In 1985, the late Jacques Benveniste, a French biologist, conducted experiments that purported to show that a certain type of cellular immune response could be brought about by an anti-immunoglobulin agent that had been diluted to such an extent that it is highly unlikely that even one molecule of this agent remained in the aqueous solution. He interpreted this to indicate that water could somehow retain an impression, or "memory", of a solute that had been diluted out of existence. This result was immediately taken by believers in homeopathy as justification for their dogma that similarly diluted remedies could be effective as alternative medical agents. The consensus among chemists is that any temporary disruption of the water structure by a dissolved agent would disappear within a fraction of a second after its removal by dilution, owing to the vigorous thermal motions of the water molecules. Benveniste's results have never been convincingly replicated by other scientists (see here for a recent summary).

In 2010, a UK parliamentry committee report urged the government to withdraw funding and licensing of homeopathy.

Can you run your car on water?
Not really. For water to act as a fuel, there must be some combination of oxygen and hydrogen that is energetically more stable than H2O, and no such molecule is known.

This fact has failed to put to rest the venerable urban legend that some obscure inventor discovered a process to do this, but the invention was secretly bought up by the oil companies in order to preserve their monopoly.

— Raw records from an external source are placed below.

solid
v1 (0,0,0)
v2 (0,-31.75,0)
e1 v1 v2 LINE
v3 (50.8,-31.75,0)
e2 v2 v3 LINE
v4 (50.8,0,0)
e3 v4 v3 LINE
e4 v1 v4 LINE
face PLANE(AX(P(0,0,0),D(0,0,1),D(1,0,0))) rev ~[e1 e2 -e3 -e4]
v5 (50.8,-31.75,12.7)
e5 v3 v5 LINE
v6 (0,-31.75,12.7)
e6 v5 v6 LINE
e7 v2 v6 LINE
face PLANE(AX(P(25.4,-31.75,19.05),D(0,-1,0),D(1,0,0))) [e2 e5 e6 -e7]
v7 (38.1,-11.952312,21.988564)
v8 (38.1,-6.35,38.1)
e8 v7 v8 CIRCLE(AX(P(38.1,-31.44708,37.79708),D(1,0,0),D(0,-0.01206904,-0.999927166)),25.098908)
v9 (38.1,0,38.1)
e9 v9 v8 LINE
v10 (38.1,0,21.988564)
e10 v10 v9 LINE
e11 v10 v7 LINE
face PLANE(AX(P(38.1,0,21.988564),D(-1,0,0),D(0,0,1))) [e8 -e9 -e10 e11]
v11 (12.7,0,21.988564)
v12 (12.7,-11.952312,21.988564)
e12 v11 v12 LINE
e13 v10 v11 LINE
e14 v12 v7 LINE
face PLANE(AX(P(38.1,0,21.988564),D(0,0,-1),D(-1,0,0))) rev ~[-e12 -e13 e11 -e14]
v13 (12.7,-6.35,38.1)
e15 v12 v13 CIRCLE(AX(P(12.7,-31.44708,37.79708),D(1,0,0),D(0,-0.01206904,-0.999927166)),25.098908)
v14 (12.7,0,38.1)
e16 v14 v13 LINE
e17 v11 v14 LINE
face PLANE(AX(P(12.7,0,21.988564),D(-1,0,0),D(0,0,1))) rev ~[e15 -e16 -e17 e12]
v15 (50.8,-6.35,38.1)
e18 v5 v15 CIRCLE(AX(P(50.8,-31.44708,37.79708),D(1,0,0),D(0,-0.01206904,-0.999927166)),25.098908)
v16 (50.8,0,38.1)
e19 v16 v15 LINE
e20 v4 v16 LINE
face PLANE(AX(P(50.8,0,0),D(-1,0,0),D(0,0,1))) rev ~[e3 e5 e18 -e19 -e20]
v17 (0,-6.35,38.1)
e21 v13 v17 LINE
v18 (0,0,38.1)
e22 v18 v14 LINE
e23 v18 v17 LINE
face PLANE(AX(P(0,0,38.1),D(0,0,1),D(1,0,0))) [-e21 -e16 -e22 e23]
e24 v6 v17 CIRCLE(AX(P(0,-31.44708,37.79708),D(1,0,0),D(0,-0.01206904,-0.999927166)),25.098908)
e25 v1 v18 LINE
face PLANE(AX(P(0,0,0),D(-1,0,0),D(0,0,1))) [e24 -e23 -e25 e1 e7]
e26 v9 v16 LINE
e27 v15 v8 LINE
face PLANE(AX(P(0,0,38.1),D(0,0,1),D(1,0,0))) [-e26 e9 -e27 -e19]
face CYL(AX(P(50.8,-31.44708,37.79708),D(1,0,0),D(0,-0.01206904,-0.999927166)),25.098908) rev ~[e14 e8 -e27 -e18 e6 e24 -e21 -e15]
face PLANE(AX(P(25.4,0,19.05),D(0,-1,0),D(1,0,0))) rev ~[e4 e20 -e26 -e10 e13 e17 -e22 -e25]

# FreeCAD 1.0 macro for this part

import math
import FreeCAD as App
import Part
import Sketcher
Q = App.Units.Quantity


def add_polygon(sketch, points):
    """Adds a closed chain of lines whose ends are joined by coincident constraints."""
    first, n = sketch.GeometryCount, len(points)
    for a, b in zip(points, points[1:] + points[:1]):
        sketch.addGeometry(Part.LineSegment(App.Vector(*a, 0), App.Vector(*b, 0)), False)
    for i in range(n):
        sketch.addConstraint(Sketcher.Constraint("Coincident", first + i, 2, first + (i + 1) % n, 1))

doc = App.newDocument("Part")
body = doc.addObject("PartDesign::Body", "Body")

# Sketch on XZ plane
sketch1 = doc.addObject("Sketcher::SketchObject", "Sketch")
body.addObject(sketch1)
sketch1.AttachmentSupport = (doc.XZ_Plane, [""])
sketch1.MapMode = "FlatFace"
add_polygon(sketch1, [(0, 38), (0, 0), (51, 0), (51, 38)])  # lines 0-3
sketch1.addConstraint([
    Sketcher.Constraint("Vertical", 0),
    Sketcher.Constraint("Horizontal", 1),
    Sketcher.Constraint("Vertical", 2),
    Sketcher.Constraint("Horizontal", 3),
    Sketcher.Constraint("Coincident", 0, 2, -1, 1),
    Sketcher.Constraint("DistanceX", 1, 1, 1, 2, Q("2 in")),
    Sketcher.Constraint("DistanceY", 0, 2, 0, 1, Q("1.5 in")),
])
pad1 = doc.addObject("PartDesign::Pad", "Pad")
body.addObject(pad1)
pad1.Profile = sketch1
pad1.Length = Q("1.25 in")

# Sketch on XZ plane
sketch2 = doc.addObject("Sketcher::SketchObject", "Sketch001")
body.addObject(sketch2)
sketch2.AttachmentSupport = (doc.XZ_Plane, [""])
sketch2.MapMode = "FlatFace"
add_polygon(sketch2, [(38, 38), (38, 22), (13, 22), (13, 38)])  # lines 0-3
sketch2.addConstraint([
    Sketcher.Constraint("Vertical", 0),
    Sketcher.Constraint("Horizontal", 1),
    Sketcher.Constraint("Vertical", 2),
    Sketcher.Constraint("Horizontal", 3),
    Sketcher.Constraint("DistanceX", 1, 2, 1, 1, Q("1 in")),
    Sketcher.Constraint("DistanceX", -1, 1, 0, 2, Q("1.5 in")),
    Sketcher.Constraint("DistanceY", -1, 1, 2, 2, Q("1.5 in")),
    Sketcher.Constraint("DistanceY", 0, 2, 0, 1, 16.111437),
])
pocket1 = doc.addObject("PartDesign::Pocket", "Pocket")
body.addObject(pocket1)
pocket1.Profile = sketch2
pocket1.Length = Q("0.5 in")
pocket1.Reversed = True

# Sketch on YZ plane
sketch3 = doc.addObject("Sketcher::SketchObject", "Sketch002")
body.addObject(sketch3)
sketch3.AttachmentSupport = (doc.YZ_Plane, [""])
sketch3.MapMode = "FlatFace"
sketch3.AttachmentOffset = App.Placement(App.Vector(0, 0, 2 * 25.4), App.Rotation())
sketch3.addGeometry([
    Part.LineSegment(App.Vector(-32, 38, 0), App.Vector(-32, 13, 0)),
    Part.ArcOfCircle(Part.Circle(App.Vector(-31, 38, 0), App.Vector(0, 0, 1), 25), math.radians(-91), math.radians(1)),
    Part.LineSegment(App.Vector(-6, 38, 0), App.Vector(-32, 38, 0)),
], False)
sketch3.addConstraint([
    Sketcher.Constraint("Coincident", 0, 2, 1, 1),
    Sketcher.Constraint("Coincident", 1, 2, 2, 1),
    Sketcher.Constraint("Coincident", 2, 2, 0, 1),
    Sketcher.Constraint("Vertical", 0),
    Sketcher.Constraint("Horizontal", 2),
    Sketcher.Constraint("Equal", 2, 0),
    Sketcher.Constraint("DistanceX", 2, 2, 2, 1, Q("1 in")),
    Sketcher.Constraint("DistanceY", -1, 1, 0, 2, Q("0.5 in")),
    Sketcher.Constraint("DistanceX", 0, 2, -1, 1, Q("1.25 in")),
    Sketcher.Constraint("Radius", 1, 25.098908),
])
pocket2 = doc.addObject("PartDesign::Pocket", "Pocket001")
body.addObject(pocket2)
pocket2.Profile = sketch3
pocket2.Type = "ThroughAll"

doc.recompute()
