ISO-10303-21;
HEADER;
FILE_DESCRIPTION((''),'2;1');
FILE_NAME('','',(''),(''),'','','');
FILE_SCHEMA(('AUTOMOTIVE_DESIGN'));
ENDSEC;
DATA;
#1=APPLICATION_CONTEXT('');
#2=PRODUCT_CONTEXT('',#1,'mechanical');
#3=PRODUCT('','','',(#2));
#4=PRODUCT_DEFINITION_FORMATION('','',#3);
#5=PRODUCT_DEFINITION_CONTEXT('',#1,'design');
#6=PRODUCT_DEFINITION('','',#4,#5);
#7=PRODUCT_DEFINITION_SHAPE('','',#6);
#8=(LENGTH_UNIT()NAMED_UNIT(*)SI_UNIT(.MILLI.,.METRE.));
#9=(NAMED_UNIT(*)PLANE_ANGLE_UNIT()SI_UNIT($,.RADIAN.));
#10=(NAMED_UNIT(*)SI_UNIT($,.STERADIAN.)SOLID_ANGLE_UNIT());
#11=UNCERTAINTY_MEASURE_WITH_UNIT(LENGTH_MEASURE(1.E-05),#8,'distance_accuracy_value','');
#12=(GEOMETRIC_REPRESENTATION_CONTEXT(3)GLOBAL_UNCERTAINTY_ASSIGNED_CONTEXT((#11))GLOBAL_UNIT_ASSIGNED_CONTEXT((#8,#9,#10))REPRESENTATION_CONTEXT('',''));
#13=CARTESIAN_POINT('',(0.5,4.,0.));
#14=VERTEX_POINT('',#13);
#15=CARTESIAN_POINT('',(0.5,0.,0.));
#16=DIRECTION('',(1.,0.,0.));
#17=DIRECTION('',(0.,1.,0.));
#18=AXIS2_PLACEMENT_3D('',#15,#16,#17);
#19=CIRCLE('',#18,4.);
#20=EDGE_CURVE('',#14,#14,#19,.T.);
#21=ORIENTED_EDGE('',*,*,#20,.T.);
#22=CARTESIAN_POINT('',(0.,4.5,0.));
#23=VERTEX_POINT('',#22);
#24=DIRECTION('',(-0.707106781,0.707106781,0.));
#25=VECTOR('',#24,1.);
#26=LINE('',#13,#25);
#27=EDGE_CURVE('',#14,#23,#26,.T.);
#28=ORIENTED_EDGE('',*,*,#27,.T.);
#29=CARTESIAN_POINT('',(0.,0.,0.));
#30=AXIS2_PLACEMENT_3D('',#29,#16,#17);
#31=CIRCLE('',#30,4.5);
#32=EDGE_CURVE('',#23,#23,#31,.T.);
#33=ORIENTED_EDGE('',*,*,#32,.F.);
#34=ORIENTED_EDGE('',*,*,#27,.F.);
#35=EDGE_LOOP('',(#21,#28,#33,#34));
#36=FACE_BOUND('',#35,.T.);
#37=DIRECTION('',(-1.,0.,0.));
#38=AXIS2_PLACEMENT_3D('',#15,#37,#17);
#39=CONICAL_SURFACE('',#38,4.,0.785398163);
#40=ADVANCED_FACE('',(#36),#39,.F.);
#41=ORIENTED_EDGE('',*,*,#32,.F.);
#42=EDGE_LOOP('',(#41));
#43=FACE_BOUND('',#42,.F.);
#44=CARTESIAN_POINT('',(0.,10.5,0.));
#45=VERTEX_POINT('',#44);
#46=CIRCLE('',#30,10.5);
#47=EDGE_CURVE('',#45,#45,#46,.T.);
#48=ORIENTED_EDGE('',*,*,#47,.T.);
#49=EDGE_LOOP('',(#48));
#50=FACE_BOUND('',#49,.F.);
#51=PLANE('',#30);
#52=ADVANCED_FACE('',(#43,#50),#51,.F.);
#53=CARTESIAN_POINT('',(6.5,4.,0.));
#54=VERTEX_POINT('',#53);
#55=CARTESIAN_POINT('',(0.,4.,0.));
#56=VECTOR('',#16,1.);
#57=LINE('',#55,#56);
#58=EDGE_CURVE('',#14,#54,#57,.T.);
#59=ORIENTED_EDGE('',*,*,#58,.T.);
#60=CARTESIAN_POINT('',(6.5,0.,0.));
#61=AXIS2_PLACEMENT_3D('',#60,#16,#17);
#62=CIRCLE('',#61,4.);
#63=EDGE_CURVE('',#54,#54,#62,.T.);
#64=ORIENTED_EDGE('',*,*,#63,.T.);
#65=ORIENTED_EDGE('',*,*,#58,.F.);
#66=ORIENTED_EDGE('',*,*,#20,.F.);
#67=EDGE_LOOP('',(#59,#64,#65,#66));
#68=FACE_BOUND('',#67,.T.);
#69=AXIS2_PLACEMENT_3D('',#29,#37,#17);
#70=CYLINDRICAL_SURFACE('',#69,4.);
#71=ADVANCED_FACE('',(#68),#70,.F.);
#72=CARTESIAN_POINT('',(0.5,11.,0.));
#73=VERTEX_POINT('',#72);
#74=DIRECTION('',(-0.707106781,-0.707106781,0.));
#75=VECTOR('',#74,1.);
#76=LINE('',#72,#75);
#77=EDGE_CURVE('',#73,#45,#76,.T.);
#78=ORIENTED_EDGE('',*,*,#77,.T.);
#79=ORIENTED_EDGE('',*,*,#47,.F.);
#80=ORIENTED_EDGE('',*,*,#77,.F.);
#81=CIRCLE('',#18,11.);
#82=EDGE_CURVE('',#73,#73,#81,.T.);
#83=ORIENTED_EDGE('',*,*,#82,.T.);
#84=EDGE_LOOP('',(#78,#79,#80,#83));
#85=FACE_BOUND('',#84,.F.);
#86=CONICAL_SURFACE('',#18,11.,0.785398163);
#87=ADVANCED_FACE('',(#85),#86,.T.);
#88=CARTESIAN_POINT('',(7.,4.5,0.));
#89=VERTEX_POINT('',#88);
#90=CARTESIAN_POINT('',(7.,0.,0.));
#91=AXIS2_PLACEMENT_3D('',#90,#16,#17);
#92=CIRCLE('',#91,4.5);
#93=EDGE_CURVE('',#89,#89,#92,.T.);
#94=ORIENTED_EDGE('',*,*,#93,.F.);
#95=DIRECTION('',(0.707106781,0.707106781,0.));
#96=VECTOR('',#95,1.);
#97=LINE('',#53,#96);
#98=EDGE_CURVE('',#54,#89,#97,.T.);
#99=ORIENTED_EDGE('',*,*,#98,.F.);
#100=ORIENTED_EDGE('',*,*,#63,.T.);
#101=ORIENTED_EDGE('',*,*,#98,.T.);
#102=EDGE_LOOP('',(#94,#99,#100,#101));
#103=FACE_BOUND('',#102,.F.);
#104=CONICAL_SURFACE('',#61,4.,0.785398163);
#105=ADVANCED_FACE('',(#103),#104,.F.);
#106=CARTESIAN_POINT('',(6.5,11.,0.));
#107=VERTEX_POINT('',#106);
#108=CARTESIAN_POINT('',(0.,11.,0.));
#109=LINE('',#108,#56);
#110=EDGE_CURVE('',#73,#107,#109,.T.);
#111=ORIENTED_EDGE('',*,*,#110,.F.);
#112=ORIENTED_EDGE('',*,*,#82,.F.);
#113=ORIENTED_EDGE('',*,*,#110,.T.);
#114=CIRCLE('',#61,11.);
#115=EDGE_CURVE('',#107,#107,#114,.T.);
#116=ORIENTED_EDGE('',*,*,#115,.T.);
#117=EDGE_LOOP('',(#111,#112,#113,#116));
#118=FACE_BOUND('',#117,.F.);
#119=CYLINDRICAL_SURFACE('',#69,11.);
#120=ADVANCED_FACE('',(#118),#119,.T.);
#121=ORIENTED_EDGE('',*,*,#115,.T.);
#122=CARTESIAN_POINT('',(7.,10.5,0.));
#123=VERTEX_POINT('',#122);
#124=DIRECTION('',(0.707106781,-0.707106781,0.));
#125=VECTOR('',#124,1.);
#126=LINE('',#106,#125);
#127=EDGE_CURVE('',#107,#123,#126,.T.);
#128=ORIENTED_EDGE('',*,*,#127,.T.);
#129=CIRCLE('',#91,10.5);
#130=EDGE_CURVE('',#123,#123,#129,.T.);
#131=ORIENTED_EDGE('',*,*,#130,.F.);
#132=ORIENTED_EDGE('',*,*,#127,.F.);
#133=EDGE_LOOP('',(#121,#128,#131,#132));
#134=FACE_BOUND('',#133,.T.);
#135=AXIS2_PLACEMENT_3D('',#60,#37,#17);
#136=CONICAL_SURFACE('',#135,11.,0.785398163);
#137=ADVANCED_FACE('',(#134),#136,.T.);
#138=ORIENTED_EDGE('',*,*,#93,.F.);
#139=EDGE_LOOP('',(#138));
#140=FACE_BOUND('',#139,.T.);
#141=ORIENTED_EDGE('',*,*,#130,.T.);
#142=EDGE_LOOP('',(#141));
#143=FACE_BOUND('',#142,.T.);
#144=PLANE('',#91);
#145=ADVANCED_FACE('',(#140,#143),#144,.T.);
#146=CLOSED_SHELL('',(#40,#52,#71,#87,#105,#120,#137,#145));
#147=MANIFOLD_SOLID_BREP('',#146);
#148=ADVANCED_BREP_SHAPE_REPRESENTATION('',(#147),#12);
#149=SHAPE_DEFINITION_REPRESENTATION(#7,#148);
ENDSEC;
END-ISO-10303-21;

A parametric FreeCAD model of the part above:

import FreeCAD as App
import Part
import Sketcher
Q = App.Units.Quantity


def edges_at(feature, points):
    """Names of the edges that pass closest to the given points."""
    edges = feature.Shape.Edges
    near = lambda p: min(range(len(edges)), key=lambda i: edges[i].distToShape(Part.Vertex(*p))[0])
    return sorted({f"Edge{near(p) + 1}" for p in points})

doc = App.newDocument("Part")
body = doc.addObject("PartDesign::Body", "Body")

sketch1 = body.newObject("Sketcher::SketchObject", "Sketch")
sketch1.AttachmentSupport = (doc.getObject("YZ_Plane"), [""])
sketch1.MapMode = "FlatFace"
sketch1.addGeometry([
    Part.Circle(App.Vector(0, 0, 0), App.Vector(0, 0, 1), 11),
    Part.Circle(App.Vector(0, 0, 0), App.Vector(0, 0, 1), 4),
], False)
sketch1.addConstraint([
    Sketcher.Constraint("Coincident", 0, 3, -1, 1),
    Sketcher.Constraint("Coincident", 1, 3, -1, 1),
    Sketcher.Constraint("Diameter", 0, Q("22 mm")),
    Sketcher.Constraint("Diameter", 1, Q("8 mm")),
])
pad1 = body.newObject("PartDesign::Pad", "Pad")
pad1.Profile = sketch1
pad1.Length = 7
doc.recompute()

chamfer = body.newObject("PartDesign::Chamfer", "Chamfer")
chamfer.Base = (pad1, edges_at(pad1, [
    (7, -11, 0),
    (7, -4, 0),
    (0, -11, 0),
    (0, -4, 0),
]))
chamfer.Size = 0.5

doc.recompute()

It takes 286 kJ of energy to break up 18 g of water into its elements. Allowing the oxygen and hydrogen to recombine yields this same amount of energy back in the form of heat. But to do anything useful with this heat, it must be converted into work, and the Second Law of Thermodynamics limits the efficiency of this step to less (usually far less) than 100%. If the hydrogen and oxygen are recombined in a fuel cell, the Second Law limitation is removed, but the First Law still limits energy recovery to 100%, and this does not count inefficiencies in the initial decomposition of water. Any scheme to decompose water into hydrogen and oxygen requires a net input of energy.However, adding water to the fuel-air mixture in an internal combustion engine, a process known as water injection, has been employed for many years as a method of improving the performance of both piston- and turbine engines. Water injection kits are widely available, many offered by hucksters whose marketing (sample) falsely implies that their products allow you to "run your car on water". Don't believe it! And get some solid advice before you try this on a modern computer-controlled high compression engine.

Burning water
In 2007, a widely-cited YouTube video appeared that showed a sample of salt water "burning". This occurs only in the presence of a strong radio-frequency field, which supposedly dissociates the water into H2 and O2. These two gases then recombine, producing the flame. Although there has been much uninformed hype about this being some kind of a breakthrough as a source of "energy from water", there is no reason to believe that the First Law of Thermodynamics has been repealed. If the energy supplied by the radio-frequency source is taken into account, you can be sure that there has been no net energy gain.

The actual mechanism of the process remains unclear. The fact that salt or some other ionic solute is required suggests that ions at the water's surface might be accelerated in the local field produced by the plasma discharge, helping to break up the molecules in the water vapor.
But for something really far-out, few things beat the sub-culture of the "free energy" pseudoscience enthusiasts and their religion-like obsession with "HHO", for whom some guy named Stan Meyer seems to be the guru. See this video of Stan Meyer's water-electrolysis setup that apparently flouts all the laws of thermodynamics! (See here for another scientist's opinion about this nonsense.)